*Input*.
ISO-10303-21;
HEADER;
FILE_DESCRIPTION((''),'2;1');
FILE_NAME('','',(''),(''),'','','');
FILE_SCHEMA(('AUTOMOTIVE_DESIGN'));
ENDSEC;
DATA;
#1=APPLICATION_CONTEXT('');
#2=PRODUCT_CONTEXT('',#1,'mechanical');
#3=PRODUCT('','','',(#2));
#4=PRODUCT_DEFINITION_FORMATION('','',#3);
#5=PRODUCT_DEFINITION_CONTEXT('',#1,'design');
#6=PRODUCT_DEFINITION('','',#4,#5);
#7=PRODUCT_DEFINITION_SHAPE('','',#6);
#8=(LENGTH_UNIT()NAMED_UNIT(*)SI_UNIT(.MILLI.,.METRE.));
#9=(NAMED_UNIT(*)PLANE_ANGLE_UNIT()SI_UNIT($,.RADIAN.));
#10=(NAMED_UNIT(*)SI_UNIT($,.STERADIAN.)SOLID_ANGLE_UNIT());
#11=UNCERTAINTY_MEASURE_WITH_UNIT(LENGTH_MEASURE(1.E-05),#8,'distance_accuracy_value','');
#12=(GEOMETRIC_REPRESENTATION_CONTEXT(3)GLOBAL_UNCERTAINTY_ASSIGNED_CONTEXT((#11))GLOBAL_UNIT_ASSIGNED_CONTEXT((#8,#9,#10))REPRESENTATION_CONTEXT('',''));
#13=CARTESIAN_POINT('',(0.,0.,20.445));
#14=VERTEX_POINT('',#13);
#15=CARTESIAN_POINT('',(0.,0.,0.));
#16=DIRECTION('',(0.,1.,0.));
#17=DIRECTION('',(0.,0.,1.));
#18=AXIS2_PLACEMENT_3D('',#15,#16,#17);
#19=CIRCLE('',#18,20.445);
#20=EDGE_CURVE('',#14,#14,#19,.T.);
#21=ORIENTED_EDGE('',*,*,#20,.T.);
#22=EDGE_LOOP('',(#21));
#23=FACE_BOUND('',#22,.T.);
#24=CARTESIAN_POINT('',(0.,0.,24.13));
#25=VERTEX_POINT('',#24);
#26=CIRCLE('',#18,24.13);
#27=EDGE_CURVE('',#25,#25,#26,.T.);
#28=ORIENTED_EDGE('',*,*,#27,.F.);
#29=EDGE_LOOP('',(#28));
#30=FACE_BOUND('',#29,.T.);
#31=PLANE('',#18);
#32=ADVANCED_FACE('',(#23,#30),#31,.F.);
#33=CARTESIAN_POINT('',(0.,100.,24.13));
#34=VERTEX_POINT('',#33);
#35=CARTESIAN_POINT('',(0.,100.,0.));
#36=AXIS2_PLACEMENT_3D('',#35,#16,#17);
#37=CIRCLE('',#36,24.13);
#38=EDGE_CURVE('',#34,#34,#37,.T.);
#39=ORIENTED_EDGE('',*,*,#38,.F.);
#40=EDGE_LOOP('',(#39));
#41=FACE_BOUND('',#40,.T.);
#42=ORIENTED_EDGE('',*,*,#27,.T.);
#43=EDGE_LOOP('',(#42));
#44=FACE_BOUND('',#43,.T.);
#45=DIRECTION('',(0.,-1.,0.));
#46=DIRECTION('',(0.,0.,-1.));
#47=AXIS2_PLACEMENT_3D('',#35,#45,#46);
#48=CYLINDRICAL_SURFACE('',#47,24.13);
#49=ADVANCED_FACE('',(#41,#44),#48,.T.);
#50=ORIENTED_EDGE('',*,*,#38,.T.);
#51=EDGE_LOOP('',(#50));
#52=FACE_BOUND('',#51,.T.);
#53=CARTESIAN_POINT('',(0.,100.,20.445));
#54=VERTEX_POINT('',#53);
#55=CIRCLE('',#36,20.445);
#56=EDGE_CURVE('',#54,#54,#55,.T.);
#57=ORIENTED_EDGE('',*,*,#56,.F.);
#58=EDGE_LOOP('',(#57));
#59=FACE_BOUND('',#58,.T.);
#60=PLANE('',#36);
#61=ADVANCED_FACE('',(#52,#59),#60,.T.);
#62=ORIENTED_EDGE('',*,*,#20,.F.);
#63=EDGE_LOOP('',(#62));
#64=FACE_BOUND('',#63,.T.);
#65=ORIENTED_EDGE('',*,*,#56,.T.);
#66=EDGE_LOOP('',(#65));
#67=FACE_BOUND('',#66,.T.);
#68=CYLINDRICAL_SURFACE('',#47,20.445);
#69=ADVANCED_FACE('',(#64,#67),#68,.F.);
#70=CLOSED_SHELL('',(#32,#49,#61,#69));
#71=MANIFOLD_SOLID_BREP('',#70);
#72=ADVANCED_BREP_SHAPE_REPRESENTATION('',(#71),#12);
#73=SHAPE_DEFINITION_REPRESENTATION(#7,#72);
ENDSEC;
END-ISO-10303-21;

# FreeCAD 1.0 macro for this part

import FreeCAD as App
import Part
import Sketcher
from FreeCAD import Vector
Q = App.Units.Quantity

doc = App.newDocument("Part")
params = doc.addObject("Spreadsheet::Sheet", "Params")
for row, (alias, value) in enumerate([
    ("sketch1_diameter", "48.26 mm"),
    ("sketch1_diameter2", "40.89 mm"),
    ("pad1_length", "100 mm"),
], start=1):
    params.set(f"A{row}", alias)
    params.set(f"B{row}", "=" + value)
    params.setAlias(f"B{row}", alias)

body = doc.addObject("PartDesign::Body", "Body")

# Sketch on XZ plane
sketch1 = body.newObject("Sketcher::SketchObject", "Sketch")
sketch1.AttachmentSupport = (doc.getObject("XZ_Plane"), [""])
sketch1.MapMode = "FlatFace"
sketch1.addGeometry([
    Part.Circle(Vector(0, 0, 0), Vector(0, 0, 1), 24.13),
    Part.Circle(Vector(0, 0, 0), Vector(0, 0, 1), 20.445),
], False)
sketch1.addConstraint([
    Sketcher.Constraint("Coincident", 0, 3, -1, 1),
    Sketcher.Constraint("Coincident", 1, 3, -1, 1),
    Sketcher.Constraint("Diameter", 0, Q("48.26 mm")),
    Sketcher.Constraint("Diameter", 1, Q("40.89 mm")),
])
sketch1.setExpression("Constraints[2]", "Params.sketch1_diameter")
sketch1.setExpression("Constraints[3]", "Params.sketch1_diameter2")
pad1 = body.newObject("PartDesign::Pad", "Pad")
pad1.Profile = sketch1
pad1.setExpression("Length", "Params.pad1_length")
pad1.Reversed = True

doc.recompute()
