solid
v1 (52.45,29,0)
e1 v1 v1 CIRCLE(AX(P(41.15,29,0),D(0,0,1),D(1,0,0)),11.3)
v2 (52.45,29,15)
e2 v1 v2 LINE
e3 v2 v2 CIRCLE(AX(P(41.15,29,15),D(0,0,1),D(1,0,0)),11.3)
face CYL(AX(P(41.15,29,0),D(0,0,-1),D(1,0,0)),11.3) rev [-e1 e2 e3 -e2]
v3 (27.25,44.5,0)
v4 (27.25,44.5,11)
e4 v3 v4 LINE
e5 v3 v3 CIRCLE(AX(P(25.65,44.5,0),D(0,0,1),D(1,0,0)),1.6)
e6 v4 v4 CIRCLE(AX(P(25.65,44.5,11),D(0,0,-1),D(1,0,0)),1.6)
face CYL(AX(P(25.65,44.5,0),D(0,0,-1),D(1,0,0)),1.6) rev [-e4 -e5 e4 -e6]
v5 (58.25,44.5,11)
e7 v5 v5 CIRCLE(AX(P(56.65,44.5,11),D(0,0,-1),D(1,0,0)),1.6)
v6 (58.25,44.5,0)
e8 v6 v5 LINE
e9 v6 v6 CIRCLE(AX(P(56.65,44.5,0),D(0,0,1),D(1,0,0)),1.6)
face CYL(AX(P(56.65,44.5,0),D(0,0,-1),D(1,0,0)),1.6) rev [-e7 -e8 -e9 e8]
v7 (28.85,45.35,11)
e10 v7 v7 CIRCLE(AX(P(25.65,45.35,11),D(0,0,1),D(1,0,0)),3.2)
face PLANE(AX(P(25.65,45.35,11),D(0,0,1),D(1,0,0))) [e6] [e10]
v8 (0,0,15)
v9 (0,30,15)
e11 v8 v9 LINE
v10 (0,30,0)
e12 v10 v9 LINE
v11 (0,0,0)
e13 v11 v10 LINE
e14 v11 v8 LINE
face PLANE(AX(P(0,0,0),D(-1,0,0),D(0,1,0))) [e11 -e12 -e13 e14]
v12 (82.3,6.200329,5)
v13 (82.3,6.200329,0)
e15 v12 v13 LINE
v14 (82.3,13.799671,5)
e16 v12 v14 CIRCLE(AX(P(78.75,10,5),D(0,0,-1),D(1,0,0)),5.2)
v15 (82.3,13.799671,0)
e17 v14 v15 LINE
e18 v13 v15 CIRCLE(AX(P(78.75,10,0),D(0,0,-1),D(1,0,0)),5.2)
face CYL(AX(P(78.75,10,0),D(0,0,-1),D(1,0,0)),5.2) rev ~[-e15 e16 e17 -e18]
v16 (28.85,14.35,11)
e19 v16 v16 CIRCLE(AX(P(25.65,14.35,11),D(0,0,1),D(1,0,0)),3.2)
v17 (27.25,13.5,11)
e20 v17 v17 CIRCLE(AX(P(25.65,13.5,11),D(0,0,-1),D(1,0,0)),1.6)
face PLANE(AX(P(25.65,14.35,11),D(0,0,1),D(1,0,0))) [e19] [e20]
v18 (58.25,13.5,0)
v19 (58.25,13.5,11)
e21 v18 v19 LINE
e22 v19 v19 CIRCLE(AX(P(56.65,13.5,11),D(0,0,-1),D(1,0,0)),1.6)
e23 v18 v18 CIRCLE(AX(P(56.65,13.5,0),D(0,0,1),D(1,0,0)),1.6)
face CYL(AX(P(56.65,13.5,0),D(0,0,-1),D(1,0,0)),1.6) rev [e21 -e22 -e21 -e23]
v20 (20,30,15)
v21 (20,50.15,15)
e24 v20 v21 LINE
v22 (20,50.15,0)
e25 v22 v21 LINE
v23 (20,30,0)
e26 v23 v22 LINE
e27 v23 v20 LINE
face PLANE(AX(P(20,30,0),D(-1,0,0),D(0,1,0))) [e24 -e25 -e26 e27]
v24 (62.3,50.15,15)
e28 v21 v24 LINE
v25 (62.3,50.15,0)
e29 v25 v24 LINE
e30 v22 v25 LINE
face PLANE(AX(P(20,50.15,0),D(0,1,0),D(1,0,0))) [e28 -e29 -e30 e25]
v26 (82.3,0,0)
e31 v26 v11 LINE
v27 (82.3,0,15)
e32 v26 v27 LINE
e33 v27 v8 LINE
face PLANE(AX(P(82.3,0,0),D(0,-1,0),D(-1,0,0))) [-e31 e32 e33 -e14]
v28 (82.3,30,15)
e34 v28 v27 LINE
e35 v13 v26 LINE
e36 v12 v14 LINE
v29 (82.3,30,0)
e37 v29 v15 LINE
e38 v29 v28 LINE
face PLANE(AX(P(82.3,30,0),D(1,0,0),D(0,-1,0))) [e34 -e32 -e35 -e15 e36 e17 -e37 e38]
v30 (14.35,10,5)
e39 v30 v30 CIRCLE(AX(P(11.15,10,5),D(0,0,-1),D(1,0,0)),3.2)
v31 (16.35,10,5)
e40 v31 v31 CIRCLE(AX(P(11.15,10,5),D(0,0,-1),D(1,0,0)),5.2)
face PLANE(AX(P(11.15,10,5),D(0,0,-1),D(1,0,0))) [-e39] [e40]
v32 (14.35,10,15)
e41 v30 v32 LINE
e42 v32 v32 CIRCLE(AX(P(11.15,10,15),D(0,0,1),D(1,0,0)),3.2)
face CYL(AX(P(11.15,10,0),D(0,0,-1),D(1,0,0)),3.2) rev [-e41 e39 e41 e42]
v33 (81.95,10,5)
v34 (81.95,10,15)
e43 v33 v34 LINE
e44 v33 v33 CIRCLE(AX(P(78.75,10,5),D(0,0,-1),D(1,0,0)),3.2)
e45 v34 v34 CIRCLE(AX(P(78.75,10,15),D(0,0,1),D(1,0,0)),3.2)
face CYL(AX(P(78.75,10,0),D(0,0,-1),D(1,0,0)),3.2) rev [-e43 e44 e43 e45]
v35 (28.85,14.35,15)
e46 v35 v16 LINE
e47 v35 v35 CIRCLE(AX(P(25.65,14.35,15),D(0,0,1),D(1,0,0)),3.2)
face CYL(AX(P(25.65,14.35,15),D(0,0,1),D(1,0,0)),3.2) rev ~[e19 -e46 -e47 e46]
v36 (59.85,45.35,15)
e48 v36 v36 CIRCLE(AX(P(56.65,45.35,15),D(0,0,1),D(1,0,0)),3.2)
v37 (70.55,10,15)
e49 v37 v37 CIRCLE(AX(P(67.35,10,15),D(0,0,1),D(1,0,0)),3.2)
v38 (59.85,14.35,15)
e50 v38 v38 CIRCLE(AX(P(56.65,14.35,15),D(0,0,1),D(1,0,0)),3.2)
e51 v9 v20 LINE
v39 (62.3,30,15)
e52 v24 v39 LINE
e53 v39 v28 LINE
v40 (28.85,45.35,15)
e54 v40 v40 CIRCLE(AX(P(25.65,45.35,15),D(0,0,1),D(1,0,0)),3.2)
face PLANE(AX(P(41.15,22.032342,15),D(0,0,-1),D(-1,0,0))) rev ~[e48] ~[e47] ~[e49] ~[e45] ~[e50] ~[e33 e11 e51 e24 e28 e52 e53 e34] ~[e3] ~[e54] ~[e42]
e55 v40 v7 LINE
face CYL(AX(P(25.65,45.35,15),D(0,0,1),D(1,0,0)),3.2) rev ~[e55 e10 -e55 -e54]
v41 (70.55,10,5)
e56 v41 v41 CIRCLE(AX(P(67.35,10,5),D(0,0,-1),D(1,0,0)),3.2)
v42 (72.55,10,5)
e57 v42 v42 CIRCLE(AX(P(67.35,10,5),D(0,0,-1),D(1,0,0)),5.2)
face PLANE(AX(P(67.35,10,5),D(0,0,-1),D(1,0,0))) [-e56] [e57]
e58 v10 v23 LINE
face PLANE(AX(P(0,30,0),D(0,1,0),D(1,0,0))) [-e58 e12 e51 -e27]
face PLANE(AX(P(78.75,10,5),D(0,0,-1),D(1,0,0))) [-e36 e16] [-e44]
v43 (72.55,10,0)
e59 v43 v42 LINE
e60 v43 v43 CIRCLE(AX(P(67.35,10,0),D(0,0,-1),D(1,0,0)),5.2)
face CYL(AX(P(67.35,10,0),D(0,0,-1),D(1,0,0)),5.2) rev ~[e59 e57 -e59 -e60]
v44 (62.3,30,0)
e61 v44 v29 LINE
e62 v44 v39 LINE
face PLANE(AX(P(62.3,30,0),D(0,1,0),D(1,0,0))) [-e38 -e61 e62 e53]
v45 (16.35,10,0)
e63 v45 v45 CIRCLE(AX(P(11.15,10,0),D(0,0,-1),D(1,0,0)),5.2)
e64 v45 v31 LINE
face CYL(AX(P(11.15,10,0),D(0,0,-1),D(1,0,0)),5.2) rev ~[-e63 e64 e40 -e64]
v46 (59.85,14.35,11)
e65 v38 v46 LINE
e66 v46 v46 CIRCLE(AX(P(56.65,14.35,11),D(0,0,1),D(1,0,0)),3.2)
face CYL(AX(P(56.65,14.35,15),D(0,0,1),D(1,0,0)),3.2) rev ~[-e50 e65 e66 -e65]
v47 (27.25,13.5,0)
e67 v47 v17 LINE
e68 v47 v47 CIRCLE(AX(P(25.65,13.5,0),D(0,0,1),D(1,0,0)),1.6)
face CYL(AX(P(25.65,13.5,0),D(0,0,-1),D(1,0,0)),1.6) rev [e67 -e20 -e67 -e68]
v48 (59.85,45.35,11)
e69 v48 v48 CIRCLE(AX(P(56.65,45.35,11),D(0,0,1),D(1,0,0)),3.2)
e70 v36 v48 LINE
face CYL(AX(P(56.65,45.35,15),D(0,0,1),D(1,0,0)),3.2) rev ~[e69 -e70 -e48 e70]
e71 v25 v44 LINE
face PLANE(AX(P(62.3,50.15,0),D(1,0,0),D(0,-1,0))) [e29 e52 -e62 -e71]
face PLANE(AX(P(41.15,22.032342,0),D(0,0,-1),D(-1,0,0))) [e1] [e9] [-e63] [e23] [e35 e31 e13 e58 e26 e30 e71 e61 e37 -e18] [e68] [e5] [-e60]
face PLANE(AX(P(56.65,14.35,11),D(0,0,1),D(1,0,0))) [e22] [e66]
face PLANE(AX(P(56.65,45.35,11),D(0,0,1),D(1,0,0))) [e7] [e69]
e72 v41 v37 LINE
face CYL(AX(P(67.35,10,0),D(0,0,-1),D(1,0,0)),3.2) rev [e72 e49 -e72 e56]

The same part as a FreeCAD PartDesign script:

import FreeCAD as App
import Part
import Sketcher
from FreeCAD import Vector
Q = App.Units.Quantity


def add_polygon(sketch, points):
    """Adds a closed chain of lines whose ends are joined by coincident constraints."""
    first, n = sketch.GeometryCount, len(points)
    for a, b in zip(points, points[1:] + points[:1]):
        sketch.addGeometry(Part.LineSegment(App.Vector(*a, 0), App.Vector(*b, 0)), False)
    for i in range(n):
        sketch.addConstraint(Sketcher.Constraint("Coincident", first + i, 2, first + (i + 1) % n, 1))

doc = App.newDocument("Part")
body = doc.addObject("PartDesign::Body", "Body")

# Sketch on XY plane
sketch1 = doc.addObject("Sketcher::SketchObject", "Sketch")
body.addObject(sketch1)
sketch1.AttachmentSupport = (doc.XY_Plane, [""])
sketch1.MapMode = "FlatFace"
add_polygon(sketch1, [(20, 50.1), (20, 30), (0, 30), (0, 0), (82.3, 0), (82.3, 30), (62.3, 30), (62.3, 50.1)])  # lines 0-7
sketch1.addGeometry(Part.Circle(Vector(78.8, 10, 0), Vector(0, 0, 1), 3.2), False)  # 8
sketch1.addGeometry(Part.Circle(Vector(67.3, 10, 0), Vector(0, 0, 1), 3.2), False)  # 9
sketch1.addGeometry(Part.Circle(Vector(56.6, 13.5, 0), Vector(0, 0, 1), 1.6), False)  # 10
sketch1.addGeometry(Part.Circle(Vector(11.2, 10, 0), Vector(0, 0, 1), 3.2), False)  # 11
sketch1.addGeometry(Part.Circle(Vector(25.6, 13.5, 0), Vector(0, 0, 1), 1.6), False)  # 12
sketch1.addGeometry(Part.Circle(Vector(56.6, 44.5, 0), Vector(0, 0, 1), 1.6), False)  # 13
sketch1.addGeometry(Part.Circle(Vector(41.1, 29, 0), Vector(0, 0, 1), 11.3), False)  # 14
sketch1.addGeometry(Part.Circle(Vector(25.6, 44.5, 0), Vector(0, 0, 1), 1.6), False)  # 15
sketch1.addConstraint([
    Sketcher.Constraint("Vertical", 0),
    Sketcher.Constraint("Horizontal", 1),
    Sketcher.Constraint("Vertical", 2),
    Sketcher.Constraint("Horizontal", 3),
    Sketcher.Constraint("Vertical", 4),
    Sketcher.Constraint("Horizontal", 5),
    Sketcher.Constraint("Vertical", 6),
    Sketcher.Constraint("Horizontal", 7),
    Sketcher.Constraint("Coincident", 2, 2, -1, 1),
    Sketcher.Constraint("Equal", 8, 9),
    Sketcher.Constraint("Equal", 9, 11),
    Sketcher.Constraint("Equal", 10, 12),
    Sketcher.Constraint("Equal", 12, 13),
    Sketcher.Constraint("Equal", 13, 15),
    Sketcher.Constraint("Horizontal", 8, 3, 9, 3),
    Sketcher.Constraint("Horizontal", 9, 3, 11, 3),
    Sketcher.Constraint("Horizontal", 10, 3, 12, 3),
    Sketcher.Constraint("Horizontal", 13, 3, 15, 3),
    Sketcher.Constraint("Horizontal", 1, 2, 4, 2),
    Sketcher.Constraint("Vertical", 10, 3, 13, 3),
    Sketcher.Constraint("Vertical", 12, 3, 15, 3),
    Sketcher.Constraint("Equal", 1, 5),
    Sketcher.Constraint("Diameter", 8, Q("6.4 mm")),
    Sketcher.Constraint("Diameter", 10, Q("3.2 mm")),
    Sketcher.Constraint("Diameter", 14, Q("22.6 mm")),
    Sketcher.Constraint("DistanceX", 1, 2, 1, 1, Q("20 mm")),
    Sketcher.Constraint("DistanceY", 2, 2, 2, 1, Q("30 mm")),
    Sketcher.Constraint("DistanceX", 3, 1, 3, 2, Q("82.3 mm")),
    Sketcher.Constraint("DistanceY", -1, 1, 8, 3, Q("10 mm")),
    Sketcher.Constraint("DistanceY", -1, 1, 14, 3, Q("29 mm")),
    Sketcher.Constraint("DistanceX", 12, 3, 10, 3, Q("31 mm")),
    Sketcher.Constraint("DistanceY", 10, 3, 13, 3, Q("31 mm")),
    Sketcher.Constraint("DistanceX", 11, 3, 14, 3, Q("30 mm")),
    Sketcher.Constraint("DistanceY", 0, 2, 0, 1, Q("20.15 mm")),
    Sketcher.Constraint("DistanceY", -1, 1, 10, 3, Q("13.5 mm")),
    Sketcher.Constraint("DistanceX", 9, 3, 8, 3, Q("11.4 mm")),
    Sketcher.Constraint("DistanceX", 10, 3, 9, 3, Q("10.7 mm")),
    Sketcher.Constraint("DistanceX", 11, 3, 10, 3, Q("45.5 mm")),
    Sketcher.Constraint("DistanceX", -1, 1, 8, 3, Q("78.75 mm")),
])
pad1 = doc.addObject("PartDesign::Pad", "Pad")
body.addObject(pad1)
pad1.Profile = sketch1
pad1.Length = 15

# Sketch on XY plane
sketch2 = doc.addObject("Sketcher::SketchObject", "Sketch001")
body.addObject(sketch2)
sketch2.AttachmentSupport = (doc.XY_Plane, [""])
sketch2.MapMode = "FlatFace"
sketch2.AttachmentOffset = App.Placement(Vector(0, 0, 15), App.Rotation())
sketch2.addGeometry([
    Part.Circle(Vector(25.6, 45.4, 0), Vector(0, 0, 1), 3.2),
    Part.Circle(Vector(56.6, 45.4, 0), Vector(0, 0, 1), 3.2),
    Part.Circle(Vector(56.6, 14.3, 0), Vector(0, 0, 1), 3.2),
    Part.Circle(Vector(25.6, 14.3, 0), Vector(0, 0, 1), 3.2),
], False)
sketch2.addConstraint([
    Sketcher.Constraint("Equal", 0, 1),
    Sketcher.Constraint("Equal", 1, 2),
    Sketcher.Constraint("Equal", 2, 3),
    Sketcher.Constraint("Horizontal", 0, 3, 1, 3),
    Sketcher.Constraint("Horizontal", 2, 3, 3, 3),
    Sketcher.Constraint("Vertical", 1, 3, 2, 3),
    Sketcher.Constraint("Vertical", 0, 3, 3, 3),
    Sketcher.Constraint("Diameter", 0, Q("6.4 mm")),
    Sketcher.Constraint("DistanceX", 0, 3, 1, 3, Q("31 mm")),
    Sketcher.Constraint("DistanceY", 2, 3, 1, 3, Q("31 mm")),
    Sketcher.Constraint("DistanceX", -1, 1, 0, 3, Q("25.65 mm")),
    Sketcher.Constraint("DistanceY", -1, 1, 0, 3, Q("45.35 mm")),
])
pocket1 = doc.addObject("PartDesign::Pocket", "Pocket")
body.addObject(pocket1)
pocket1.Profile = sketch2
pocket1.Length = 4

*Your objective*.
Your task is to set down only the lines that run from the opening of the listing to the line with "#4=PRODUCT_DEFINITION_FORMATION('','',#3);", both ends included, each unchanged.

*Solution below*.
ISO-10303-21;
HEADER;
FILE_DESCRIPTION((''),'2;1');
FILE_NAME('','',(''),(''),'','','');
FILE_SCHEMA(('AUTOMOTIVE_DESIGN'));
ENDSEC;
DATA;
#1=APPLICATION_CONTEXT('');
#2=PRODUCT_CONTEXT('',#1,'mechanical');
#3=PRODUCT('','','',(#2));
#4=PRODUCT_DEFINITION_FORMATION('','',#3);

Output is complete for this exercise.